9 May 2023
During a routine inspection
Heath House is a residential care home providing personal care to up to 17 people. At the time of the inspection the service was providing support to people living with dementia and people experiencing poor mental health. At the time of our inspection there were 9 people living in the service, 8 of whom were receiving the regulated activity of accommodation for persons who require nursing or personal care.
Heath House consisted of 17 one-bedroom flats, which included a living area, kitchen, and shower room. There was a small communal lounge and dining room.
People’s experience of using this service and what we found
People were not safe living in the service. Individual risks to people and environmental risks had not been assessed and responded to. Infection control risks had not been adequately responded to. Medicines were not handled or stored safely. People did not always receive their medicines as prescribed. Staff had not received training in responding to safeguarding concerns. No system was in place to ensure safeguarding concerns were reported and investigated as required. People told us they did not feel safe living in the service. People and relatives raised concerns about the high turnover of staff and high use of agency. Staff were not effectively deployed.
People were supported by staff who had not received adequate training and support to carry out their roles and meet people's needs safely. The physical design and service environment had not been adapted to meet the needs of the people living in the service. This had resulted in people's needs not being met. People and relatives raised concerns about the quality of the food provided. People's preferences and input had not been used to help ensure the meals provided were suitable. Staff were not proactive in seeking input from health professionals. People's health needs were not met and recommendations from health professionals were not always followed. CCTV was being used in internal areas but people's consent to be recorded had not been sought.
People were not treated with respect and their dignity was not upheld. Staff had failed to consider how to support people's independence as a result people's dignity had been compromised. People and their relatives were not involved in the support provided. Their views, opinions, and preferences were not sought. The lack of engagement and involvement of people and their relatives had resulted in people’s needs not being met.
People did not receive person-centred care. People's care plans contained limited information on their needs and preferences. People told us there was not enough social activities and entertainment. People's communication needs were not always supported. Robust responses to concerns and complaints had not been made.
No governance frameworks or systems were in place. This meant the quality of the service and any potential risks had not been effectively assessed or monitored. The service had started providing the regulated activity in February 2023, since that date there had been 3 different managers in post. The provider had failed to put in place effective systems to maintain oversight and information within the service. This had resulted in the current manager having limited information and no systems to ensure a safe and good quality service. Records had not been sufficiently maintained. Effective actions to improve the quality of the service had not been taken. People, relatives, and staff had not been fully involved in the support provided. Their feedback had not been sought. People and relatives told us communication was poor. The provider worked with local authority and health care staff during the inspection to address the most serious concerns identified and ensure people’s safety.

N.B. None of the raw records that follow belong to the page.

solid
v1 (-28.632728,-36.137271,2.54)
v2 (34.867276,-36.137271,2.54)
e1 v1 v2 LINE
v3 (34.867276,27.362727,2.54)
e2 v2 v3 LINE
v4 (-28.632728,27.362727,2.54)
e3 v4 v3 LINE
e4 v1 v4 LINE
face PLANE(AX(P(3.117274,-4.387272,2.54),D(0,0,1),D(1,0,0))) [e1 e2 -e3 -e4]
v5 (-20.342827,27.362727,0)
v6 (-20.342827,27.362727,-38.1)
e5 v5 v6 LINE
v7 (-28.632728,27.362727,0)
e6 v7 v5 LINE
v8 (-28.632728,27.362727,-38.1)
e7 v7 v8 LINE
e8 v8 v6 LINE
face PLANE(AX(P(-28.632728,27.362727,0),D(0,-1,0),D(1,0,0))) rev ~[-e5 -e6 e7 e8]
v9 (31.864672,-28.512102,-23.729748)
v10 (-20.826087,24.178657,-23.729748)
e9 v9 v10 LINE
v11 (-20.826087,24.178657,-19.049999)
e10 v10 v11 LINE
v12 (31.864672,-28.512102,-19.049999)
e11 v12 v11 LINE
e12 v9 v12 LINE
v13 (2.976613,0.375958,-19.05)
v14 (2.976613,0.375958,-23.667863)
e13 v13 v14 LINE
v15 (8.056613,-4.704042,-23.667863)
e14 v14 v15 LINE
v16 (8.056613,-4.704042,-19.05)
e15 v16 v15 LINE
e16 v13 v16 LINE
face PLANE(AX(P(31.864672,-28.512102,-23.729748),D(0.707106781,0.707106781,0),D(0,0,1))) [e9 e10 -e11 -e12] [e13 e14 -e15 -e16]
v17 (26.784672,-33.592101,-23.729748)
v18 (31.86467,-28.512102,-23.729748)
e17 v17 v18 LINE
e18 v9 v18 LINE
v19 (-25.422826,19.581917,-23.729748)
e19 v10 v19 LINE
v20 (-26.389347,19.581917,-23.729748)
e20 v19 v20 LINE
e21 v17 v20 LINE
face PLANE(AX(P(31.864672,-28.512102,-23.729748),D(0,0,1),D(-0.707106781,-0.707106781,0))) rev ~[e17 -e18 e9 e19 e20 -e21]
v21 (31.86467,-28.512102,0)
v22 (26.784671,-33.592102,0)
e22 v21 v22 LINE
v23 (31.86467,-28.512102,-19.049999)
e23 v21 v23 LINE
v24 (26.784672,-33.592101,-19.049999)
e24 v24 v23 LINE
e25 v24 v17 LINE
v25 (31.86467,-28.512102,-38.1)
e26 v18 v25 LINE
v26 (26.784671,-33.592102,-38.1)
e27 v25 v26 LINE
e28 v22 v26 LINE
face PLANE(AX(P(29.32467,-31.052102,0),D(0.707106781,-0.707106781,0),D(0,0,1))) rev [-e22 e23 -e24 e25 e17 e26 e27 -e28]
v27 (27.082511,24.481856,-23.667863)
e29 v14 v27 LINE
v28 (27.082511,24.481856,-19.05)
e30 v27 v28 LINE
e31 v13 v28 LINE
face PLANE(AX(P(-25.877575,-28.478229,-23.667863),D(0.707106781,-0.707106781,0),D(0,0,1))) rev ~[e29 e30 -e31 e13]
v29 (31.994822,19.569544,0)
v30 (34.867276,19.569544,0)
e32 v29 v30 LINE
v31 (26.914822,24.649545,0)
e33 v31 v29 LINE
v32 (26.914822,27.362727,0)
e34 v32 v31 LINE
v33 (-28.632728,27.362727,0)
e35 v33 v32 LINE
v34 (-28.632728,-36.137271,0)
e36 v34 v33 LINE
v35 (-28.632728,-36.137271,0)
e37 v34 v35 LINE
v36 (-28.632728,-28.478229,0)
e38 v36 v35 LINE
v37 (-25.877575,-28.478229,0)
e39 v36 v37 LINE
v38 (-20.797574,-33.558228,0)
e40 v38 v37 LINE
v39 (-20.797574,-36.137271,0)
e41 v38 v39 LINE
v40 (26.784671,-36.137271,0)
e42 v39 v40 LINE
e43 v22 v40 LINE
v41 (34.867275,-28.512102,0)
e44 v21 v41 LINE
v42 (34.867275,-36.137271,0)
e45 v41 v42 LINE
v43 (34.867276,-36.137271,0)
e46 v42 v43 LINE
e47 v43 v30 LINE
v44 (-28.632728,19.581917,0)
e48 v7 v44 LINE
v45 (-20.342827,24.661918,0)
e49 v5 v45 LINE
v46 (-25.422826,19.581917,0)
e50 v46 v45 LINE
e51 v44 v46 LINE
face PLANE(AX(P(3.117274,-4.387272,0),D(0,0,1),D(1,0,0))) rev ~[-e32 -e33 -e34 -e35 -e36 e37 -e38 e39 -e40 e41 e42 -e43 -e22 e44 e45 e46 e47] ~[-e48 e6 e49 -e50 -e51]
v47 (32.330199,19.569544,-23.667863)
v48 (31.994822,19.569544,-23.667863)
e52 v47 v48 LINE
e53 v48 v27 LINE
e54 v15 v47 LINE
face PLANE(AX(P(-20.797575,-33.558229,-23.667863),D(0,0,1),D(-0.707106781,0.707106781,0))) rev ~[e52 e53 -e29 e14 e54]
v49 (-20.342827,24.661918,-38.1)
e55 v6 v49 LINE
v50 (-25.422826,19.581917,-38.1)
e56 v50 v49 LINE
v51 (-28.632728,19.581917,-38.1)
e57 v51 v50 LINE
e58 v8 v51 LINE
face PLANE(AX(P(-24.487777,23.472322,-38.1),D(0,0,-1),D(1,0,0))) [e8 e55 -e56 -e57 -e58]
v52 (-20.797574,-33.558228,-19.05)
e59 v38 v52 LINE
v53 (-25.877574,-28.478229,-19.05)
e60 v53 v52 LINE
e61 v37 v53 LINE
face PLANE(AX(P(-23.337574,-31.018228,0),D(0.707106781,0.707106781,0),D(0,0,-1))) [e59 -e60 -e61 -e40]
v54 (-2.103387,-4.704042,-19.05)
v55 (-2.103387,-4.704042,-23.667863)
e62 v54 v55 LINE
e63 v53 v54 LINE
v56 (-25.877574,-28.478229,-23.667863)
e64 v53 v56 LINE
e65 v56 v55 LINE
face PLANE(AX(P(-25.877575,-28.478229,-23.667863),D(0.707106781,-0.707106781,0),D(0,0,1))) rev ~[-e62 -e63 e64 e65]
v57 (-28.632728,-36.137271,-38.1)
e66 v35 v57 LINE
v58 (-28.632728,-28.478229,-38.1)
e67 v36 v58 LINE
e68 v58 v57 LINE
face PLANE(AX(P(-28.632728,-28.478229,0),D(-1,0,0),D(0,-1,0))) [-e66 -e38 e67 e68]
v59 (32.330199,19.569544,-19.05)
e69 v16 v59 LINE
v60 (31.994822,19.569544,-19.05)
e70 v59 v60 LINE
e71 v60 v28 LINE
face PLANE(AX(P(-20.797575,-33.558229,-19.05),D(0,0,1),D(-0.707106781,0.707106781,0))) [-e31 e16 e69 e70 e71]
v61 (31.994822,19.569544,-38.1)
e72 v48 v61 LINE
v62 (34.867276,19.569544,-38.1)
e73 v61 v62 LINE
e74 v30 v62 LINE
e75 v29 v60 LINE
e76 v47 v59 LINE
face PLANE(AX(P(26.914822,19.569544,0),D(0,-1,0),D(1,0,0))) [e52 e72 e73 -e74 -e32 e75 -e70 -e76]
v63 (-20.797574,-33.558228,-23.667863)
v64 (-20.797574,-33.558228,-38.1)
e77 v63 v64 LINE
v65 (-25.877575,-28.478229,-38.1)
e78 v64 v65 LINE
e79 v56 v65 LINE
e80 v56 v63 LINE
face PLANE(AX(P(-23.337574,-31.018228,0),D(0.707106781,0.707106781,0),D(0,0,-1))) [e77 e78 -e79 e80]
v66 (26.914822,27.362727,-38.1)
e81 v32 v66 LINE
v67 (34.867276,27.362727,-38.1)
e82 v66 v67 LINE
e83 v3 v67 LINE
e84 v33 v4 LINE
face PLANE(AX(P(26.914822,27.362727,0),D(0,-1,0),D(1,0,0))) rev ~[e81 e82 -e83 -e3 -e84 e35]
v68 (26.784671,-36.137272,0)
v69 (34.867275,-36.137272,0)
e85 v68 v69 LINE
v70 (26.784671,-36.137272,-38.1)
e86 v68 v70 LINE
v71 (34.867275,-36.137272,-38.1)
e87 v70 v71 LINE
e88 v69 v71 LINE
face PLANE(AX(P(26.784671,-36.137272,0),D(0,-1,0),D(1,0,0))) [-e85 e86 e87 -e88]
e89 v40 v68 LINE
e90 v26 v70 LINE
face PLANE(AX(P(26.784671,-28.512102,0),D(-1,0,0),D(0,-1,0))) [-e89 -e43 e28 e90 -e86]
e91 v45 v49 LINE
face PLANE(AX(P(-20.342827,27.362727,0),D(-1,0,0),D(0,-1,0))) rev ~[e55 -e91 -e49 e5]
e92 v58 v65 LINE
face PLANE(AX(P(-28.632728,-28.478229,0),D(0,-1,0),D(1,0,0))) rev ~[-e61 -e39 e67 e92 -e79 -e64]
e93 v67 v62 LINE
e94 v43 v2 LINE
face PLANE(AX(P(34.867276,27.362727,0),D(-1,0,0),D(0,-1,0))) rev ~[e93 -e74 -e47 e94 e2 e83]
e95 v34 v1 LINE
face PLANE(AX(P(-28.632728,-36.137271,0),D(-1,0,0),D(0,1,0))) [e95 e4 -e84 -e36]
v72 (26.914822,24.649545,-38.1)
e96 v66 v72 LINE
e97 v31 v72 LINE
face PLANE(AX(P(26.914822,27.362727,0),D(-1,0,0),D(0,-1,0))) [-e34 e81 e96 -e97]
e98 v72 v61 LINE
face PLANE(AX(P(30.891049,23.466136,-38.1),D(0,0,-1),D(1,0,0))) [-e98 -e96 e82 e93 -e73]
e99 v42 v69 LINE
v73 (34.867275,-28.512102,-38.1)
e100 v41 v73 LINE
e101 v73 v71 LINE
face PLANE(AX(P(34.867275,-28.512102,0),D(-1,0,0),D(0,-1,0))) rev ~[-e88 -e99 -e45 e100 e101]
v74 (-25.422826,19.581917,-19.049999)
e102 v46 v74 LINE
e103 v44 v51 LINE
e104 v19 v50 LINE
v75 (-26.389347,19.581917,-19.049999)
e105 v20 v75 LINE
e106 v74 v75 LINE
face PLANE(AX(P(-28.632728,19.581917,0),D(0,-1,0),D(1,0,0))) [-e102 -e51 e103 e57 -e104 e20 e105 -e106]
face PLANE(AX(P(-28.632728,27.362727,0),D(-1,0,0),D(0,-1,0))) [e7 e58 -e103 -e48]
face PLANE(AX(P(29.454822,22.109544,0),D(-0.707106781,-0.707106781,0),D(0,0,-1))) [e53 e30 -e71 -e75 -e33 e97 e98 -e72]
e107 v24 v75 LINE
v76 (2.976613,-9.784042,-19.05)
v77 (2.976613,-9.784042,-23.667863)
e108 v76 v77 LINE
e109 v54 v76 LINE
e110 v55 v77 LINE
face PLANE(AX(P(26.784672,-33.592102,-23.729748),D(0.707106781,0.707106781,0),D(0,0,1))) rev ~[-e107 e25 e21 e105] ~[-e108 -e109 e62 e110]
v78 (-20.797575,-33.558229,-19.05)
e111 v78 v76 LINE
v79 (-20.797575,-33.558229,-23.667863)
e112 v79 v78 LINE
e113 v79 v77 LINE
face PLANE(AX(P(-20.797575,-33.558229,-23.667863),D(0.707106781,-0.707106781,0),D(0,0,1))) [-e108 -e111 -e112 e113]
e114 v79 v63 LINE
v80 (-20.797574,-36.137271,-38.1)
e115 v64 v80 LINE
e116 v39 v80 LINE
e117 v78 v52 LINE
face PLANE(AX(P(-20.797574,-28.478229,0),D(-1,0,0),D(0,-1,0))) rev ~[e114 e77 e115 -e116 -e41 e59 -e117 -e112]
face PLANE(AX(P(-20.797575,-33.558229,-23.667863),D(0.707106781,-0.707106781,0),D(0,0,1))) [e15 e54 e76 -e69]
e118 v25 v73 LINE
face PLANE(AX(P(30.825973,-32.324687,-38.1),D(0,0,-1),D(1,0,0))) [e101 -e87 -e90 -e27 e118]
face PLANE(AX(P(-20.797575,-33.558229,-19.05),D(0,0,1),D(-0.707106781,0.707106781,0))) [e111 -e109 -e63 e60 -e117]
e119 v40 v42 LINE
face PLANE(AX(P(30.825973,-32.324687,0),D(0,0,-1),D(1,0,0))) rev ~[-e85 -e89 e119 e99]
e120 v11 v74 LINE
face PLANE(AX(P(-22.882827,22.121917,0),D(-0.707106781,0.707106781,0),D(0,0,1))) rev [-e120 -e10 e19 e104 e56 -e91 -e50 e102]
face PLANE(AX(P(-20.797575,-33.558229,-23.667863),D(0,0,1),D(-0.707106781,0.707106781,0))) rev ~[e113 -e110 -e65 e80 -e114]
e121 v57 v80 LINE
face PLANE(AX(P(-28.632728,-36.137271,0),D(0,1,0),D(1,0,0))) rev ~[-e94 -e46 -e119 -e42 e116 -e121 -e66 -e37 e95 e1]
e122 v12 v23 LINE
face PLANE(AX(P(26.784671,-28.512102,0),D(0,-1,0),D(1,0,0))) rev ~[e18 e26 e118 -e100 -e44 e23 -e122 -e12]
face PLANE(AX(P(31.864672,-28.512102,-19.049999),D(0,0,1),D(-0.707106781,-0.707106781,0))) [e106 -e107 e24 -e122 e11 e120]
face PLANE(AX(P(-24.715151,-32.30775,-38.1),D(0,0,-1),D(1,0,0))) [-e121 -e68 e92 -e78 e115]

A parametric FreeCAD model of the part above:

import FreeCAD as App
import Part
import Sketcher
from FreeCAD import Vector
Q = App.Units.Quantity


def edges_at(feature, points):
    """Names of the edges that pass closest to the given points."""
    edges = feature.Shape.Edges
    near = lambda p: min(range(len(edges)), key=lambda i: edges[i].distToShape(Part.Vertex(*p))[0])
    return sorted({f"Edge{near(p) + 1}" for p in points})


def add_polygon(sketch, points):
    """Adds a closed chain of lines whose ends are joined by coincident constraints."""
    first, n = sketch.GeometryCount, len(points)
    for a, b in zip(points, points[1:] + points[:1]):
        sketch.addGeometry(Part.LineSegment(App.Vector(*a, 0), App.Vector(*b, 0)), False)
    for i in range(n):
        sketch.addConstraint(Sketcher.Constraint("Coincident", first + i, 2, first + (i + 1) % n, 1))

doc = App.newDocument("Part")
body = doc.addObject("PartDesign::Body", "Body")

sketch1 = body.newObject("Sketcher::SketchObject", "Sketch")
sketch1.AttachmentSupport = (doc.getObject("XY_Plane"), [""])
sketch1.MapMode = "FlatFace"
add_polygon(sketch1, [(-29, 27), (-29, -36), (35, -36), (35, 27)])
sketch1.addConstraint([
    Sketcher.Constraint("Vertical", 0),
    Sketcher.Constraint("Horizontal", 1),
    Sketcher.Constraint("Vertical", 2),
    Sketcher.Constraint("Horizontal", 3),
    Sketcher.Constraint("DistanceX", 1, 1, 1, 2, Q("2.5000002 in")),
    Sketcher.Constraint("DistanceY", 0, 2, 0, 1, Q("2.5 in")),
    Sketcher.Constraint("DistanceX", 0, 2, -1, 1, 28.632728),
    Sketcher.Constraint("DistanceY", 0, 2, -1, 1, 36.137271),
])
pad1 = body.newObject("PartDesign::Pad", "Pad")
pad1.Profile = sketch1
pad1.Length = Q("0.1 in")

sketch2 = body.newObject("Sketcher::SketchObject", "Sketch001")
sketch2.AttachmentSupport = (doc.getObject("XY_Plane"), [""])
sketch2.MapMode = "FlatFace"
add_polygon(sketch2, [(-29, -36), (-29, -28), (-21, -28), (-21, -36)])
sketch2.addConstraint([
    Sketcher.Constraint("Vertical", 0),
    Sketcher.Constraint("Horizontal", 1),
    Sketcher.Constraint("Vertical", 2),
    Sketcher.Constraint("Horizontal", 3),
    Sketcher.Constraint("DistanceX", 1, 1, 1, 2, 7.835153),
    Sketcher.Constraint("DistanceY", 0, 1, 0, 2, 7.659043),
    Sketcher.Constraint("DistanceY", 0, 2, -1, 1, 28.478229),
    Sketcher.Constraint("DistanceX", 0, 2, -1, 1, 28.632728),
])
pad2 = body.newObject("PartDesign::Pad", "Pad001")
pad2.Profile = sketch2
pad2.Length = Q("1.5 in")
pad2.Reversed = True

sketch3 = body.newObject("Sketcher::SketchObject", "Sketch002")
sketch3.AttachmentSupport = (doc.getObject("XY_Plane"), [""])
sketch3.MapMode = "FlatFace"
add_polygon(sketch3, [(-29, 20), (-29, 27), (-20, 27), (-20, 20)])
sketch3.addConstraint([
    Sketcher.Constraint("Vertical", 0),
    Sketcher.Constraint("Horizontal", 1),
    Sketcher.Constraint("Vertical", 2),
    Sketcher.Constraint("Horizontal", 3),
    Sketcher.Constraint("DistanceX", 1, 1, 1, 2, 8.289901),
    Sketcher.Constraint("DistanceY", 0, 1, 0, 2, 7.780809),
    Sketcher.Constraint("DistanceX", 0, 2, -1, 1, 28.632728),
    Sketcher.Constraint("DistanceY", -1, 1, 0, 2, 27.362727),
])
pad3 = body.newObject("PartDesign::Pad", "Pad002")
pad3.Profile = sketch3
pad3.Length = Q("1.5 in")
pad3.Reversed = True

For more details, please see the full report which is on the CQC website at www.cqc.org.uk
Rating at last inspection
This service was registered with us on 25 October 2022 and this is the first inspection.
Why we inspected
The inspection was prompted in part due to concerns received about medicines management, staff training, management of risks to people, and governance.
You can see what action we have asked the provider to take at the end of this full report.
Enforcement and Recommendations
We have identified breaches in relation to safe care and treatment, staffing, the premises, consent to care, dignity and respect, person-centred care, and good governance at this inspection. We imposed urgent conditions on the provider's registration as a result.
Full information about CQC’s regulatory response to the more serious concerns found during inspections is added to reports after any representations and appeals have been concluded.
Follow up
The overall rating for this service is ‘Inadequate’ and the service is therefore in ‘special measures’. This means we will keep the service under review and, if we do not propose to cancel the provider’s registration, we will re-inspect within 6 months to check for significant improvements.
If the provider has not made enough improvement within this timeframe and there is still a rating of inadequate for any key question or overall rating, we will take action in line with our enforcement procedures. This will mean we will begin the process of preventing the provider from operating this service. This will usually lead to cancellation of their registration or to varying the conditions the registration.
For adult social care services, the maximum time for being in special measures will usually be no more than 12 months. If the service has demonstrated improvements when we inspect it and it is no longer rated as inadequate for any of the five key questions it will no longer be in special measures.